After the initial novelty wore off, abandonment rates skyrocketed. We conducted a deep post-mortem and user interviews, realizing the problem wasn’t the technology—it was a misalignment between Product Logic and User Habits.

Why It Failed
-
Habit Resistance: Designers and PMs live in Figma, not chat windows. Moving from their comfort zone to a conversational interface was a massive friction point. Most didn’t even know what to type.
-
The 80/20 Bottleneck: The Agent did 80% of the work perfectly. But the final 20% required manual modification, which was incredibly high-effort. Often, that 20% determined whether the code was usable at all.
-
Workflow Fragmentation: The generation environment was disconnected from the real development environment. Developers had to manually copy-paste code, making the process tedious.

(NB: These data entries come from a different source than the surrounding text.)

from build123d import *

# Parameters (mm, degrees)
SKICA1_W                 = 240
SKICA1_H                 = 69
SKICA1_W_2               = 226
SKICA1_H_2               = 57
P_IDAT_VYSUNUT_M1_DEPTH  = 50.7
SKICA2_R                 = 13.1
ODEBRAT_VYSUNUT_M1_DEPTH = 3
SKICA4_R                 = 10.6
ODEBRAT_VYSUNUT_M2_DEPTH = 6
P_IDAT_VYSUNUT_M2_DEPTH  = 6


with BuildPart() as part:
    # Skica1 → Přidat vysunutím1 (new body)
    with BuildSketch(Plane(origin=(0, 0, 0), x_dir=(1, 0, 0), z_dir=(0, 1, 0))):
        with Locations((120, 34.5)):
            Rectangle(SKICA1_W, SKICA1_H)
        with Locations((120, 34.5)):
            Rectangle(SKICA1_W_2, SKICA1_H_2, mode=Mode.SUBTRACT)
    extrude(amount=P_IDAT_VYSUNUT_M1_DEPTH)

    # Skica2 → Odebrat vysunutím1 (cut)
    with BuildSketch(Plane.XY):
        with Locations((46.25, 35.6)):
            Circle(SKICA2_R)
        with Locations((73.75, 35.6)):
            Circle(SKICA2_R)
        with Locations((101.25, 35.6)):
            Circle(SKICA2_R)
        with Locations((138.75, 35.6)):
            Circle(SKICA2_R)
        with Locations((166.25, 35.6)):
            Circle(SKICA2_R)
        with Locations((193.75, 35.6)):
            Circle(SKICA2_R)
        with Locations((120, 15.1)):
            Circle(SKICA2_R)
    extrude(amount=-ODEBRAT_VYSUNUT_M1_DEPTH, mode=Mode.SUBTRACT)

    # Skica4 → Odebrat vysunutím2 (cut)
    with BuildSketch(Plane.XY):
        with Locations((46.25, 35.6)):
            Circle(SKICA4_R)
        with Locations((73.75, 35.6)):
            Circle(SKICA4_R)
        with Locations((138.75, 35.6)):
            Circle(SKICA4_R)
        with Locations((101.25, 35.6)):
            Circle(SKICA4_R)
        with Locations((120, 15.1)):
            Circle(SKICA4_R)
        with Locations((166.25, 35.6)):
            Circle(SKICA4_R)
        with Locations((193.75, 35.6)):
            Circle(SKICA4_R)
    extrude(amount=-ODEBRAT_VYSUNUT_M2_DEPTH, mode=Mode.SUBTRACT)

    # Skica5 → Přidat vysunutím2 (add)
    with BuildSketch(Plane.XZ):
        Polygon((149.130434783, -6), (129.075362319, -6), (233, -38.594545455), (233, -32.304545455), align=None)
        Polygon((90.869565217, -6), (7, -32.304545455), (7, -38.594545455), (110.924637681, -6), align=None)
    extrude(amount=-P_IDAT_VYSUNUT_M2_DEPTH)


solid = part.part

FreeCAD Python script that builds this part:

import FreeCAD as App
import Part
import Sketcher
from FreeCAD import Vector
Q = App.Units.Quantity


def add_polygon(sketch, points):
    """Adds a closed chain of lines whose ends are joined by coincident constraints."""
    first, n = sketch.GeometryCount, len(points)
    for a, b in zip(points, points[1:] + points[:1]):
        sketch.addGeometry(Part.LineSegment(App.Vector(*a, 0), App.Vector(*b, 0)), False)
    for i in range(n):
        sketch.addConstraint(Sketcher.Constraint("Coincident", first + i, 2, first + (i + 1) % n, 1))

doc = App.newDocument("Part")
body = doc.addObject("PartDesign::Body", "Body")

# Sketch on XZ plane
sketch1 = body.newObject("Sketcher::SketchObject", "Sketch")
sketch1.AttachmentSupport = (doc.getObject("XZ_Plane"), [""])
sketch1.MapMode = "FlatFace"
add_polygon(sketch1, [(0, -69), (0, 0), (240, 0), (240, -69)])  # lines 0-3
add_polygon(sketch1, [(233, -6), (7, -6), (7, -63), (233, -63)])  # lines 4-7
sketch1.addConstraint(Sketcher.Constraint("Vertical", 0))
sketch1.addConstraint(Sketcher.Constraint("Horizontal", 1))
sketch1.addConstraint(Sketcher.Constraint("Vertical", 2))
sketch1.addConstraint(Sketcher.Constraint("Horizontal", 3))
sketch1.addConstraint(Sketcher.Constraint("Horizontal", 4))
sketch1.addConstraint(Sketcher.Constraint("Vertical", 5))
sketch1.addConstraint(Sketcher.Constraint("Horizontal", 6))
sketch1.addConstraint(Sketcher.Constraint("Vertical", 7))
sketch1.addConstraint(Sketcher.Constraint("Coincident", 0, 2, -1, 1))
sketch1.addConstraint(Sketcher.Constraint("DistanceX", 1, 1, 1, 2, Q("240 mm")))
sketch1.addConstraint(Sketcher.Constraint("DistanceX", 4, 2, 4, 1, Q("226 mm")))
sketch1.addConstraint(Sketcher.Constraint("DistanceY", 0, 1, 0, 2, Q("69 mm")))
sketch1.addConstraint(Sketcher.Constraint("DistanceY", 5, 2, 5, 1, Q("57 mm")))
sketch1.addConstraint(Sketcher.Constraint("DistanceX", -1, 1, 4, 2, Q("7 mm")))
sketch1.addConstraint(Sketcher.Constraint("DistanceY", 4, 2, -1, 1, Q("6 mm")))
pad1 = body.newObject("PartDesign::Pad", "Pad")
pad1.Profile = sketch1
pad1.Length = 50.7
pad1.Reversed = True

# Sketch on XY plane
sketch2 = body.newObject("Sketcher::SketchObject", "Sketch001")
sketch2.AttachmentSupport = (doc.getObject("XY_Plane"), [""])
sketch2.MapMode = "FlatFace"
sketch2.addGeometry(Part.Circle(Vector(46.25, 35.6, 0), Vector(0, 0, 1), 13.1), False)
sketch2.addGeometry(Part.Circle(Vector(73.75, 35.6, 0), Vector(0, 0, 1), 13.1), False)
sketch2.addGeometry(Part.Circle(Vector(101.25, 35.6, 0), Vector(0, 0, 1), 13.1), False)
sketch2.addGeometry(Part.Circle(Vector(138.75, 35.6, 0), Vector(0, 0, 1), 13.1), False)
sketch2.addGeometry(Part.Circle(Vector(166.25, 35.6, 0), Vector(0, 0, 1), 13.1), False)
sketch2.addGeometry(Part.Circle(Vector(193.75, 35.6, 0), Vector(0, 0, 1), 13.1), False)
sketch2.addGeometry(Part.Circle(Vector(120, 15.1, 0), Vector(0, 0, 1), 13.1), False)
sketch2.addConstraint(Sketcher.Constraint("Equal", 0, 1))
sketch2.addConstraint(Sketcher.Constraint("Equal", 1, 2))
sketch2.addConstraint(Sketcher.Constraint("Equal", 2, 3))
sketch2.addConstraint(Sketcher.Constraint("Equal", 3, 4))
sketch2.addConstraint(Sketcher.Constraint("Equal", 4, 5))
sketch2.addConstraint(Sketcher.Constraint("Equal", 5, 6))
sketch2.addConstraint(Sketcher.Constraint("Horizontal", 0, 3, 1, 3))
sketch2.addConstraint(Sketcher.Constraint("Horizontal", 1, 3, 2, 3))
sketch2.addConstraint(Sketcher.Constraint("Horizontal", 2, 3, 3, 3))
sketch2.addConstraint(Sketcher.Constraint("Horizontal", 3, 3, 4, 3))
sketch2.addConstraint(Sketcher.Constraint("Horizontal", 4, 3, 5, 3))
sketch2.addConstraint(Sketcher.Constraint("Diameter", 0, Q("26.2 mm")))
sketch2.addConstraint(Sketcher.Constraint("DistanceX", -1, 1, 6, 3, Q("120 mm")))
sketch2.addConstraint(Sketcher.Constraint("DistanceX", 0, 3, 2, 3, Q("55 mm")))
sketch2.addConstraint(Sketcher.Constraint("DistanceX", 1, 3, 3, 3, Q("65 mm")))
sketch2.addConstraint(Sketcher.Constraint("DistanceX", 2, 3, 4, 3, Q("65 mm")))
sketch2.addConstraint(Sketcher.Constraint("DistanceX", 3, 3, 5, 3, Q("55 mm")))
sketch2.addConstraint(Sketcher.Constraint("DistanceY", -1, 1, 0, 3, Q("35.6 mm")))
sketch2.addConstraint(Sketcher.Constraint("DistanceY", -1, 1, 6, 3, Q("15.1 mm")))
sketch2.addConstraint(Sketcher.Constraint("DistanceX", 0, 3, 1, 3, Q("27.5 mm")))
sketch2.addConstraint(Sketcher.Constraint("DistanceX", -1, 1, 0, 3, Q("46.25 mm")))
pocket1 = body.newObject("PartDesign::Pocket", "Pocket")
pocket1.Profile = sketch2
pocket1.Length = 3

# Sketch on XY plane
sketch3 = body.newObject("Sketcher::SketchObject", "Sketch002")
sketch3.AttachmentSupport = (doc.getObject("XY_Plane"), [""])
sketch3.MapMode = "FlatFace"
sketch3.addGeometry(Part.Circle(Vector(46.25, 35.6, 0), Vector(0, 0, 1), 10.6), False)
sketch3.addGeometry(Part.Circle(Vector(73.75, 35.6, 0), Vector(0, 0, 1), 10.6), False)
sketch3.addGeometry(Part.Circle(Vector(138.75, 35.6, 0), Vector(0, 0, 1), 10.6), False)
sketch3.addGeometry(Part.Circle(Vector(101.25, 35.6, 0), Vector(0, 0, 1), 10.6), False)
sketch3.addGeometry(Part.Circle(Vector(120, 15.1, 0), Vector(0, 0, 1), 10.6), False)
sketch3.addGeometry(Part.Circle(Vector(166.25, 35.6, 0), Vector(0, 0, 1), 10.6), False)
sketch3.addGeometry(Part.Circle(Vector(193.75, 35.6, 0), Vector(0, 0, 1), 10.6), False)
sketch3.addConstraint(Sketcher.Constraint("Equal", 0, 1))
sketch3.addConstraint(Sketcher.Constraint("Equal", 1, 2))
sketch3.addConstraint(Sketcher.Constraint("Equal", 2, 3))
sketch3.addConstraint(Sketcher.Constraint("Equal", 3, 4))
sketch3.addConstraint(Sketcher.Constraint("Equal", 4, 5))
sketch3.addConstraint(Sketcher.Constraint("Equal", 5, 6))
sketch3.addConstraint(Sketcher.Constraint("Horizontal", 0, 3, 1, 3))
sketch3.addConstraint(Sketcher.Constraint("Horizontal", 1, 3, 2, 3))
sketch3.addConstraint(Sketcher.Constraint("Horizontal", 2, 3, 3, 3))
sketch3.addConstraint(Sketcher.Constraint("Horizontal", 3, 3, 5, 3))
sketch3.addConstraint(Sketcher.Constraint("Horizontal", 5, 3, 6, 3))
sketch3.addConstraint(Sketcher.Constraint("Diameter", 0, Q("21.2 mm")))
sketch3.addConstraint(Sketcher.Constraint("DistanceX", -1, 1, 4, 3, Q("120 mm")))
sketch3.addConstraint(Sketcher.Constraint("DistanceX", 1, 3, 2, 3, Q("65 mm")))
sketch3.addConstraint(Sketcher.Constraint("DistanceX", 0, 3, 3, 3, Q("55 mm")))
sketch3.addConstraint(Sketcher.Constraint("DistanceX", 3, 3, 5, 3, Q("65 mm")))
sketch3.addConstraint(Sketcher.Constraint("DistanceX", 2, 3, 6, 3, Q("55 mm")))
sketch3.addConstraint(Sketcher.Constraint("DistanceY", -1, 1, 0, 3, Q("35.6 mm")))
sketch3.addConstraint(Sketcher.Constraint("DistanceY", -1, 1, 4, 3, Q("15.1 mm")))
sketch3.addConstraint(Sketcher.Constraint("DistanceX", 0, 3, 1, 3, Q("27.5 mm")))
sketch3.addConstraint(Sketcher.Constraint("DistanceX", -1, 1, 0, 3, Q("46.25 mm")))
pocket2 = body.newObject("PartDesign::Pocket", "Pocket001")
pocket2.Profile = sketch3
pocket2.Length = 6

# Sketch on XZ plane
sketch4 = body.newObject("Sketcher::SketchObject", "Sketch003")
sketch4.AttachmentSupport = (doc.getObject("XZ_Plane"), [""])
sketch4.MapMode = "FlatFace"
add_polygon(sketch4, [(149.130435, -6), (129.075362, -6), (233, -38.594545), (233, -32.304545)])  # lines 0-3
add_polygon(sketch4, [(90.869565, -6), (7, -32.304545), (7, -38.594545), (110.924638, -6)])  # lines 4-7
sketch4.addConstraint(Sketcher.Constraint("Horizontal", 0))
sketch4.addConstraint(Sketcher.Constraint("Vertical", 2))
sketch4.addConstraint(Sketcher.Constraint("Vertical", 5))
sketch4.addConstraint(Sketcher.Constraint("Horizontal", 7))
sketch4.addConstraint(Sketcher.Constraint("Parallel", 1, 3))
sketch4.addConstraint(Sketcher.Constraint("Parallel", 4, 6))
sketch4.addConstraint(Sketcher.Constraint("Horizontal", 2, 2, 4, 2))
sketch4.addConstraint(Sketcher.Constraint("Horizontal", 1, 2, 5, 2))
sketch4.addConstraint(Sketcher.Constraint("Horizontal", 3, 2, 6, 2))
sketch4.addConstraint(Sketcher.Constraint("Equal", 0, 7))
sketch4.addConstraint(Sketcher.Constraint("DistanceY", 0, 2, -1, 1, Q("6 mm")))
sketch4.addConstraint(Sketcher.Constraint("DistanceX", -1, 1, 1, 2, Q("233 mm")))
sketch4.addConstraint(Sketcher.Constraint("DistanceX", -1, 1, 4, 2, Q("7 mm")))
sketch4.addConstraint(Sketcher.Constraint("DistanceY", 2, 1, 2, 2, Q("6.29 mm")))
sketch4.addConstraint(Sketcher.Constraint("DistanceX", 0, 2, 0, 1, Q("20.055072 mm")))
sketch4.addConstraint(Sketcher.Constraint("DistanceX", 7, 2, 3, 2, Q("58.26087 mm")))
pad2 = body.newObject("PartDesign::Pad", "Pad001")
pad2.Profile = sketch4
pad2.Length = 6
pad2.Reversed = True

doc.recompute()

The Cognitive Upgrade: Reframing the Problem
We realized we asked the wrong question: “How do we build a Design System AI Agent?” This made the Agent the goal, rather than the means.
The Right Question was: “What is the ultimate purpose of our Design System?”
-
Unified design specifications across the enterprise.
-
Increased development efficiency.

Shift 1: Design for AI, Not Humans
Current workflows are human-centric: Manual communication, iterative modification, manual confirmation.Future workflows must be AI-Centric: Input → AI Agent → Output.
New Design Principles:
-
AI-Friendly: Choose tech stacks that LLMs understand easily.
-
Lightweight: Keep only Design Tokens. Extend upon AI-friendly open-source systems (like shadcn/ui) rather than maintaining a massive private library.

Shift 2: From “Agent” to “Skill”
The most critical pivot was abandoning the “Independent Agent Platform.”
Old Model (Island): A standalone Agent isolated from the developer, causing friction.
New Model (Integration): Turn the Design System into a Skill that can be embedded into existing AI development environments (like Cursor or Claude Code).

What is a Skill?
It is simply Markdown Documentation (for the AI to read) + Automation Scripts (to initialize projects and install the system).
Now, a developer works in their familiar environment. When they need the Design System, the generic Agent calls this “Skill,” and the generated code goes directly into the project repository.
(Reference approach: anthropics/skills/tree/main/skills/web-artifacts-builder)

Deep Insights: 4 Key Takeaways
- Technical Success != Product Success
Many engineers (myself included) fall into the trap of thinking “It works, therefore it is successful.” Users don’t care about your tech stack; they care if it solves their problem without breaking their flow.
- Design “AI-Centric” Workflows
We talk about “User-Centric,” but we must add a layer: “AI-Centric.” Don’t make AI mimic human workflows. Redesign the workflow so the AI can operate at peak efficiency, then let the human enjoy the result.
- Skill > Agent
Independent Agent platforms face high adoption barriers. Encapsulating capabilities as a Skill that plugs into the existing ecosystem is a far more pragmatic path.
- Action
Even though the initial product “failed,” the cognitive upgrade was priceless. You cannot learn to shift from “Human Workflow” to “AI Workflow” without getting your hands dirty.

Just Build It!
Failure is acceptable. It is infinitely better than doing nothing at all.